Эта требовательная девушка, которая ищет богатыря и богатырского дела не потому, что имеет «наследство богатых отцов»6, а потому что тает в труде и нищете, — прекрасный тип. Бебель сказал: социализм принесет избавление рабочему и женщине7. Избавление от муки вечного разочарования в том числе. Избавление от пытки мещанских буден, полулюбви, звериного эгоизма, от всего того «серого ужаса», который гнетет восторженную душу таких героинь, но из которого только пролетариат покажет им дорогу. Но как горько, что дорогу эту они порой не узнают, хотя на нее показывают им! Лучшей части интеллигенции в строгое огненное время наше, когда идеал спустился на землю и принял страшный облик борьбы не на жизнь, а на смерть, и реального строительства по колено в грязи и из материала, на первый взгляд негодного, лучшей части интеллигенции надо в такое время освободиться от интеллигентщины до конца. Те, кто от разочарования надели что-то вроде монашеской рясы пессимизма, которая им оказалась к лицу, должны сбросить ее для рабочей блузы.
Вы плакали. Вы ждали. Вы сомневались. Хорошо. Вы — лучшие. Блаженны жаждущие Правды8, но теперь Правда здесь, только она требует реальной, бесконечно трудной работы, проявить мужество, способность не разочаровываться, а упорствовать, во что бы то ни стало, до победы или до смерти.
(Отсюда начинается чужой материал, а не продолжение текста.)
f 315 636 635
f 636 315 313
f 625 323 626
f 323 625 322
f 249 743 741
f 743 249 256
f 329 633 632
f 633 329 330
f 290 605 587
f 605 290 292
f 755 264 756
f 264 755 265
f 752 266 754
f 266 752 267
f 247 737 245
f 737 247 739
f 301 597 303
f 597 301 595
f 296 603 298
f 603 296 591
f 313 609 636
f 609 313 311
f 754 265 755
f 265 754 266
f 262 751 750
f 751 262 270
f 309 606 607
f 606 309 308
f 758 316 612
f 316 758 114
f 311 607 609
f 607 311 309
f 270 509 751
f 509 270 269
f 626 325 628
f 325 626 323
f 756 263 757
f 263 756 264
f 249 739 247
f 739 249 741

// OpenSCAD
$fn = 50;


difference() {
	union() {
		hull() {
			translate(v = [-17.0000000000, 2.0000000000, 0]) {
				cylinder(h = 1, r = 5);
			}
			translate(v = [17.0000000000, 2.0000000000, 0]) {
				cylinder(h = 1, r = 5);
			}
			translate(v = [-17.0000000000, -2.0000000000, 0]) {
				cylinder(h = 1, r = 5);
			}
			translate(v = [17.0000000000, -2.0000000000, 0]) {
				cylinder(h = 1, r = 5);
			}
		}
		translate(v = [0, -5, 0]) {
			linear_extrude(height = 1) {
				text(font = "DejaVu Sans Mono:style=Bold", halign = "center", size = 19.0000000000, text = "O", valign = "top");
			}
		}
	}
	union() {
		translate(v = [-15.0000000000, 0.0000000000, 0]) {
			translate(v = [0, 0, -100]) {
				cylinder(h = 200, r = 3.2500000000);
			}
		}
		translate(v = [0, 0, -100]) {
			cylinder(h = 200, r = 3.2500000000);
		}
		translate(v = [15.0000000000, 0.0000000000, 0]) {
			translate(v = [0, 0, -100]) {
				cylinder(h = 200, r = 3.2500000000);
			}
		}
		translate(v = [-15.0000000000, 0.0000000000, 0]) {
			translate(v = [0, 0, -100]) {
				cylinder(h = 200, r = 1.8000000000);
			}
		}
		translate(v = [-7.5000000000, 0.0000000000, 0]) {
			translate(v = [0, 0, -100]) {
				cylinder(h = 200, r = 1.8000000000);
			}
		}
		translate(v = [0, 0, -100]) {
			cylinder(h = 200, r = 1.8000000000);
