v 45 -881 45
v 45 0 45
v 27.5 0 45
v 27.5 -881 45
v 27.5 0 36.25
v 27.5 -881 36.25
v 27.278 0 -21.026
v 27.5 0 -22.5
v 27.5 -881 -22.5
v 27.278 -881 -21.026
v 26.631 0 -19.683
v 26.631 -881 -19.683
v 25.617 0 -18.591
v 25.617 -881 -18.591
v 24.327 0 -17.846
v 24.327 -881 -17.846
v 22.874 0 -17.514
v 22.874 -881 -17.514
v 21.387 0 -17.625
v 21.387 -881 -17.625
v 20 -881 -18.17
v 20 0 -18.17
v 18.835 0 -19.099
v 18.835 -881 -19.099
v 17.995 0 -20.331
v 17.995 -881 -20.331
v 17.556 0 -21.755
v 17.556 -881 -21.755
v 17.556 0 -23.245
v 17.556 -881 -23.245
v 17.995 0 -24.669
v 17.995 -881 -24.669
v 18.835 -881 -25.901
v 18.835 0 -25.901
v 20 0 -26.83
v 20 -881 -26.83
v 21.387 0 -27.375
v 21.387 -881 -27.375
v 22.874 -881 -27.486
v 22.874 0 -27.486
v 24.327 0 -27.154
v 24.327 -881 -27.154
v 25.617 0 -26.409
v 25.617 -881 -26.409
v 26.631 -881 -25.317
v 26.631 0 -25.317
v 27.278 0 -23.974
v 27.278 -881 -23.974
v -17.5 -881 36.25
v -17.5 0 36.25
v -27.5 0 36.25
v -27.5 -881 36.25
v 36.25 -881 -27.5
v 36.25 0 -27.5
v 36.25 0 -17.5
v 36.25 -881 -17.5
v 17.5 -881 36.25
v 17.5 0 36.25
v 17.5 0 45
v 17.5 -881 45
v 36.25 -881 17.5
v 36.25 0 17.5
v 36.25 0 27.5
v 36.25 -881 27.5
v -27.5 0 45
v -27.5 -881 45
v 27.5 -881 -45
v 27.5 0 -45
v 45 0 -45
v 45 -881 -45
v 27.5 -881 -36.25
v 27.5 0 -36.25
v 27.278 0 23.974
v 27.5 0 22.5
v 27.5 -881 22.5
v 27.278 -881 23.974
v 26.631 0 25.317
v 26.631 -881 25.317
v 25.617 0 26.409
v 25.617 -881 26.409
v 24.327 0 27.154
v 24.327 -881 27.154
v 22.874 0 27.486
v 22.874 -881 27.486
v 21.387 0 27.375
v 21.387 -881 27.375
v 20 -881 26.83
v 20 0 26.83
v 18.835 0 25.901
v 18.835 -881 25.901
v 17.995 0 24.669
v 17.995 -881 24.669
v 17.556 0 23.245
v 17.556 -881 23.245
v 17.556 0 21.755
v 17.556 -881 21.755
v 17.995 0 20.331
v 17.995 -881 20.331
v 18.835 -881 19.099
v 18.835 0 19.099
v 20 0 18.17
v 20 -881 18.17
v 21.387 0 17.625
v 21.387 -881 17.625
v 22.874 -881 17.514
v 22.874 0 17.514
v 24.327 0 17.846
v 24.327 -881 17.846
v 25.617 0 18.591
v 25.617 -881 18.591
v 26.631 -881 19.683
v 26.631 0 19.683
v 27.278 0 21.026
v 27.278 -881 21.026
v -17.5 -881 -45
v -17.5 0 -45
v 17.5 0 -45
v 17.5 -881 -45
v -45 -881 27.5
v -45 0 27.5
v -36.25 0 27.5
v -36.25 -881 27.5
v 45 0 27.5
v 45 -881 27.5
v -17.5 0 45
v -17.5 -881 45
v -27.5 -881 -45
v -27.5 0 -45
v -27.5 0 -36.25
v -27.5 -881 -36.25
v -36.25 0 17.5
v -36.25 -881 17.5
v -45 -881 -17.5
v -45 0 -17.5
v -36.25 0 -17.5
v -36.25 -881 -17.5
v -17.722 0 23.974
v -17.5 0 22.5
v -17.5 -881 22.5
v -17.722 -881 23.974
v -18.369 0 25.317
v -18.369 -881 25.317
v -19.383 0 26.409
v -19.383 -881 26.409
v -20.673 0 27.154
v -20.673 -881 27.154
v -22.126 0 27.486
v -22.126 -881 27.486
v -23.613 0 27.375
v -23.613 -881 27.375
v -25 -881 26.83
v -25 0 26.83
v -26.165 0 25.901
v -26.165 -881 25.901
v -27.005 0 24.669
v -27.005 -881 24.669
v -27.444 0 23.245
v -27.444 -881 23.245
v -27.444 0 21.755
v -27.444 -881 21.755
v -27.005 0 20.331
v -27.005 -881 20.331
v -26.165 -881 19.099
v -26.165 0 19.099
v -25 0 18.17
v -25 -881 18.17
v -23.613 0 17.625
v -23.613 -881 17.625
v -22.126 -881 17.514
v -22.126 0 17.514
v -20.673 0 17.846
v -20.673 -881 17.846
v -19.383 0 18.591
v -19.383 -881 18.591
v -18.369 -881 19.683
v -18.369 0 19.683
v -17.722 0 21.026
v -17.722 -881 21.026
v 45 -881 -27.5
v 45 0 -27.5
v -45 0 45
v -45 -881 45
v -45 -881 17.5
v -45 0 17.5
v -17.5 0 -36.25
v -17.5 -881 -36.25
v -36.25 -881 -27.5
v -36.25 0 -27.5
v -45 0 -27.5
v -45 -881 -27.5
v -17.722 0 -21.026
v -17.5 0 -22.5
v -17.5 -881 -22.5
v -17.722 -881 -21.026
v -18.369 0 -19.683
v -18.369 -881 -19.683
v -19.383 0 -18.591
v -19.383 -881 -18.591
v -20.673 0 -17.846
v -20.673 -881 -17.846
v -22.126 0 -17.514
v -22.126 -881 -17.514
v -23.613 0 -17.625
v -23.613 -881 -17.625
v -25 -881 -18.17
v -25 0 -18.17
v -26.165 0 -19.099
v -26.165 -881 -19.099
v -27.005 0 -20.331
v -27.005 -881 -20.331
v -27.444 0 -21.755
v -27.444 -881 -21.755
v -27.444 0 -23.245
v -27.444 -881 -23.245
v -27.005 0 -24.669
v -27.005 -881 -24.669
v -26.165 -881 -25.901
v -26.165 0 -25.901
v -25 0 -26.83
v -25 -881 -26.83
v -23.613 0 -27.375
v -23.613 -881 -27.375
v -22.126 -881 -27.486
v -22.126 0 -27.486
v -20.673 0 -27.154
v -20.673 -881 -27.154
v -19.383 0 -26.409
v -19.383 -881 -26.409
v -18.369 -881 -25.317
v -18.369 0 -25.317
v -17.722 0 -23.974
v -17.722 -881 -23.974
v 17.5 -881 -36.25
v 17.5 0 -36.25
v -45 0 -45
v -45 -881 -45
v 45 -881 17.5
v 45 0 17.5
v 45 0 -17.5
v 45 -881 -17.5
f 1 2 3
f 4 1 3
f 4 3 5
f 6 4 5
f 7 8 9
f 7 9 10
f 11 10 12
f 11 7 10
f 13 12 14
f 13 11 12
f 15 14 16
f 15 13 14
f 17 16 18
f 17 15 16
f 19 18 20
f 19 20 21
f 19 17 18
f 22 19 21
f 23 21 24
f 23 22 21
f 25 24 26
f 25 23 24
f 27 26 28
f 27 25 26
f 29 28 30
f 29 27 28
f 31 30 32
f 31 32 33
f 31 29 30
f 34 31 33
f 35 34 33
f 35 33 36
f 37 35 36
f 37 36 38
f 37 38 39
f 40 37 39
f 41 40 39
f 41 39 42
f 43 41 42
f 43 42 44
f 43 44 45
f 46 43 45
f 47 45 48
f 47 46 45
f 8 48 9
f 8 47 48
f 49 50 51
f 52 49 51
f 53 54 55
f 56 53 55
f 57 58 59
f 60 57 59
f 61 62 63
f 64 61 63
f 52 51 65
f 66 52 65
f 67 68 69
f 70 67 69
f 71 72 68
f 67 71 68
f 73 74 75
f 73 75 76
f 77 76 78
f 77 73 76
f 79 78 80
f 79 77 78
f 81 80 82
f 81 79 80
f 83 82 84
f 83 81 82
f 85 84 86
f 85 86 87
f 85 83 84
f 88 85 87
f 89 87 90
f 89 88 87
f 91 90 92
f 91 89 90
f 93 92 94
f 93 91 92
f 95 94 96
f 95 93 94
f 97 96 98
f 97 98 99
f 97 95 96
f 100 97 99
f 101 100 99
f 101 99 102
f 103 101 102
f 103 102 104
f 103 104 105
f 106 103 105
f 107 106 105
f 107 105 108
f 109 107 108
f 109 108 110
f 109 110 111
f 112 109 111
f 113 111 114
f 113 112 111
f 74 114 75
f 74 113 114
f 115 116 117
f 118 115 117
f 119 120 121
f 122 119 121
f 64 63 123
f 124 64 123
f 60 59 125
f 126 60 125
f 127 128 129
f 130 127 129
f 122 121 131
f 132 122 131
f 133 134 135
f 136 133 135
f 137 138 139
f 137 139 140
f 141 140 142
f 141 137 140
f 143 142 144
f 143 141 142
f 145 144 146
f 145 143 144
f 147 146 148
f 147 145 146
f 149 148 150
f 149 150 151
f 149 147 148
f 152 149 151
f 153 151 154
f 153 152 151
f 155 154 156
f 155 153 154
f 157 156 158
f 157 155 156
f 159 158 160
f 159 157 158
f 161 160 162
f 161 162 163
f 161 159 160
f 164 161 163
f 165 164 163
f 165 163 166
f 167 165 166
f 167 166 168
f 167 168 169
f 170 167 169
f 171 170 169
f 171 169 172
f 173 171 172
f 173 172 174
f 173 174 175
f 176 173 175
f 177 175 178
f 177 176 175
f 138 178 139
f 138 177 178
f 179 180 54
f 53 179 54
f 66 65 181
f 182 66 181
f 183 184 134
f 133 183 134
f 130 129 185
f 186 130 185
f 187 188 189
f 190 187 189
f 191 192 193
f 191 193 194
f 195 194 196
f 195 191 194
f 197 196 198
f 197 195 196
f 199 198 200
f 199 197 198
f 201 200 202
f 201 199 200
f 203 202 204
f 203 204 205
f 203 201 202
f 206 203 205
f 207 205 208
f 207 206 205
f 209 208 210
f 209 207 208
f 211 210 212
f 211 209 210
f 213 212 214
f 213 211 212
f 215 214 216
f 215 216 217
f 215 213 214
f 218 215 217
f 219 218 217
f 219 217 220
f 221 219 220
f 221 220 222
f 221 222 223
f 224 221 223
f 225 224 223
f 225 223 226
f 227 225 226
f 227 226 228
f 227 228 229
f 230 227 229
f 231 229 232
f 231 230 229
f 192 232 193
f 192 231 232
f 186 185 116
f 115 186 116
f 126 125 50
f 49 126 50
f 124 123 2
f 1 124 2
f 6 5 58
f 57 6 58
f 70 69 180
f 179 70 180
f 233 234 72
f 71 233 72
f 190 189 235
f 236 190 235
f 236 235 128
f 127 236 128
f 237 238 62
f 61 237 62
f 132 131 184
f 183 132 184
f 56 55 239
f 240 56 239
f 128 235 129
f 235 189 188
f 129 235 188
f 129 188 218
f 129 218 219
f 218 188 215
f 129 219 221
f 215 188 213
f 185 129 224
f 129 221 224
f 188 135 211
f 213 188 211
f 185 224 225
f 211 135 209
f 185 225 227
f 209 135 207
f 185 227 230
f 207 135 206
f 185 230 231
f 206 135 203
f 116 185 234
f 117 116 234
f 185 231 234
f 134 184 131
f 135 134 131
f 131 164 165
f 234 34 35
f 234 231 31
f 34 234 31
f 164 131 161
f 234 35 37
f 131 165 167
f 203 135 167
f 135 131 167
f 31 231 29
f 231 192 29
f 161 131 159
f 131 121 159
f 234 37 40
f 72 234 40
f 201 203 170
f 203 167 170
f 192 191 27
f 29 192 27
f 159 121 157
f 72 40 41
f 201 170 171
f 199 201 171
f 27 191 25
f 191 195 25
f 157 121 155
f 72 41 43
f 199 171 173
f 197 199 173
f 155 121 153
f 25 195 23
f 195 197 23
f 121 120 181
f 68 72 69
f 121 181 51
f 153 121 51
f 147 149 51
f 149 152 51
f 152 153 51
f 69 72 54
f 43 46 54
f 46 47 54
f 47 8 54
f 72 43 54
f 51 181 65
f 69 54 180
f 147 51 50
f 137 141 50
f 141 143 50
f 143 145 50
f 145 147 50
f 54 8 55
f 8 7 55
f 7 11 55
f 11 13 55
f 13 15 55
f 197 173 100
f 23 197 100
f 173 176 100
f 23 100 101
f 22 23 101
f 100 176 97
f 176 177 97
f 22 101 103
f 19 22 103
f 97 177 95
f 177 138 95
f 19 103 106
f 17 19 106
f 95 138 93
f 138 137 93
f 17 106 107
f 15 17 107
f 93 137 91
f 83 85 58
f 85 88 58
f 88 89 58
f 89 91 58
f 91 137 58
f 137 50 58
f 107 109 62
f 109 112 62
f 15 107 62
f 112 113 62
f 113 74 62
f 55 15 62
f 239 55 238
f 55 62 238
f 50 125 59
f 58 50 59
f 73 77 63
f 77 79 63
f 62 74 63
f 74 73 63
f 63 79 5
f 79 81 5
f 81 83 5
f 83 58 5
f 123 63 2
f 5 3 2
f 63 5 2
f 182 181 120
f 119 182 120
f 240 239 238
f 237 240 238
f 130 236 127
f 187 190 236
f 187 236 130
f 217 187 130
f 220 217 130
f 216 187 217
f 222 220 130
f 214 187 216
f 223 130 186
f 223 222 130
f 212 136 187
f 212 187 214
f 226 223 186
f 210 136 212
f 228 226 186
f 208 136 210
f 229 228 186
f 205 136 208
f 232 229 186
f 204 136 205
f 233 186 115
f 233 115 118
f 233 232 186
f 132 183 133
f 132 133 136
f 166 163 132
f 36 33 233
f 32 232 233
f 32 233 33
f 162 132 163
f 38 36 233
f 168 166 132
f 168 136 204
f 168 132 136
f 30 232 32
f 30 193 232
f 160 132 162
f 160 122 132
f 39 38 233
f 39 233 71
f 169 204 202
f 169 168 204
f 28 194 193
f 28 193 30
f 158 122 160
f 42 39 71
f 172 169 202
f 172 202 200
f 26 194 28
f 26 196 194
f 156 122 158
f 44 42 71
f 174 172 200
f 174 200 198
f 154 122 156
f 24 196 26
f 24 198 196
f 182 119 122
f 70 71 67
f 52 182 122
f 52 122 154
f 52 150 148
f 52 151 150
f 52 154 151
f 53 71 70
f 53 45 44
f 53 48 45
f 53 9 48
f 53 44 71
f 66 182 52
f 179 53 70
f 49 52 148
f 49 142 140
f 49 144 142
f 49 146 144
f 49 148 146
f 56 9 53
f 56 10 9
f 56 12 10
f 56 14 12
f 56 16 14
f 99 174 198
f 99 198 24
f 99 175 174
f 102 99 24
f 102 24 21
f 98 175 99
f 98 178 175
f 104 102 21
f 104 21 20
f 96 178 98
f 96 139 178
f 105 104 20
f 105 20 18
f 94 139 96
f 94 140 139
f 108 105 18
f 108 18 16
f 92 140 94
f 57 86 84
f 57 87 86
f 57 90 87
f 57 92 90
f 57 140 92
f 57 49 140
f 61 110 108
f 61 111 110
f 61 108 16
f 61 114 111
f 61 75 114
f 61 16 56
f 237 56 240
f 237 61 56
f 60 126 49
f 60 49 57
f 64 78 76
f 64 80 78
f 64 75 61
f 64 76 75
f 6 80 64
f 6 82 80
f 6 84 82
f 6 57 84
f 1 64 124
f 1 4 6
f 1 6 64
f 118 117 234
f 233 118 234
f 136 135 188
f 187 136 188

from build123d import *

# Parameters (mm, degrees)
F0_R     = 5
F1_DEPTH = 881


with BuildPart() as f1:
    # F0 (on Front) → F1 (new body)
    with BuildSketch(Plane.XZ):
        Polygon((36.25, -45), (45, -45), (45, -27.5), (36.25, -27.5), (36.25, -17.5), (45, -17.5), (45, 17.5), (36.25, 17.5), (36.25, 27.5), (45, 27.5), (45, 45), (27.5, 45), (27.5, 36.25), (17.5, 36.25), (17.5, 45), (-17.5, 45), (-17.5, 36.25), (-27.5, 36.25), (-27.5, 45), (-45, 45), (-45, 27.5), (-36.25, 27.5), (-36.25, 17.5), (-45, 17.5), (-45, -17.5), (-36.25, -17.5), (-36.25, -27.5), (-45, -27.5), (-45, -45), (-27.5, -45), (-27.5, -36.25), (-17.5, -36.25), (-17.5, -45), (17.5, -45), (17.5, -36.25), (27.5, -36.25), (27.5, -45), align=None)
        with Locations((-22.5, -22.5)):
            Circle(F0_R, mode=Mode.SUBTRACT)
        with Locations((22.5, -22.5)):
            Circle(F0_R, mode=Mode.SUBTRACT)
        with Locations((-22.5, 22.5)):
            Circle(F0_R, mode=Mode.SUBTRACT)
        with Locations((22.5, 22.5)):
            Circle(F0_R, mode=Mode.SUBTRACT)
    extrude(amount=F1_DEPTH)


solid = f1.part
Это станция. Большая станция. Утрите алмазные слезы. Забудьте поэзию быть избранной мученицей, друг мой Маруся!9 Вы хотели работы, в которую можно уйти всей душой. Она вас ждет. Не рай, но чистилище. Чистилище, но не прежний безнадежный ад.
Какая нам нужна мелодрама?*
Ромен Роллан в своей знаменитой книге о народном театре1, отвергнув с беспримерной и чрезмерной строгостью почти все ценности старого театра и, конечно, вполне правильно оценивши слезливую томность и внутреннюю пустоту большинства мелодрам, тем не менее — для читателя, может быть, внезапно — остановился на этой сценической форме с громадной симпатией и откровенно заявил, что, по его мнению, будущее народного театра связано с новым развитием мелодрамы. Неожиданностью этого вывода он мог поразить лишь людей, незнакомых с законами социальной психологии, с одной стороны, и с основными свойствами мелодрамы — с другой. Прежде всего, социально-психологическое. Мы прекрасно знаем, что за презренный тип человек, гоняющийся за успехом. Потрачено немало чернил с примесью горделивой насмешки и пламенного негодования на то, чтобы разоблачить всю пошлость так называемого успеха у толпы. И, наоборот, необычайные симпатии привлекает к себе так называемый непонятый гений, создающий необыкновенно и тонко, доступный пониманию лишь избранных и т. д. и т. д.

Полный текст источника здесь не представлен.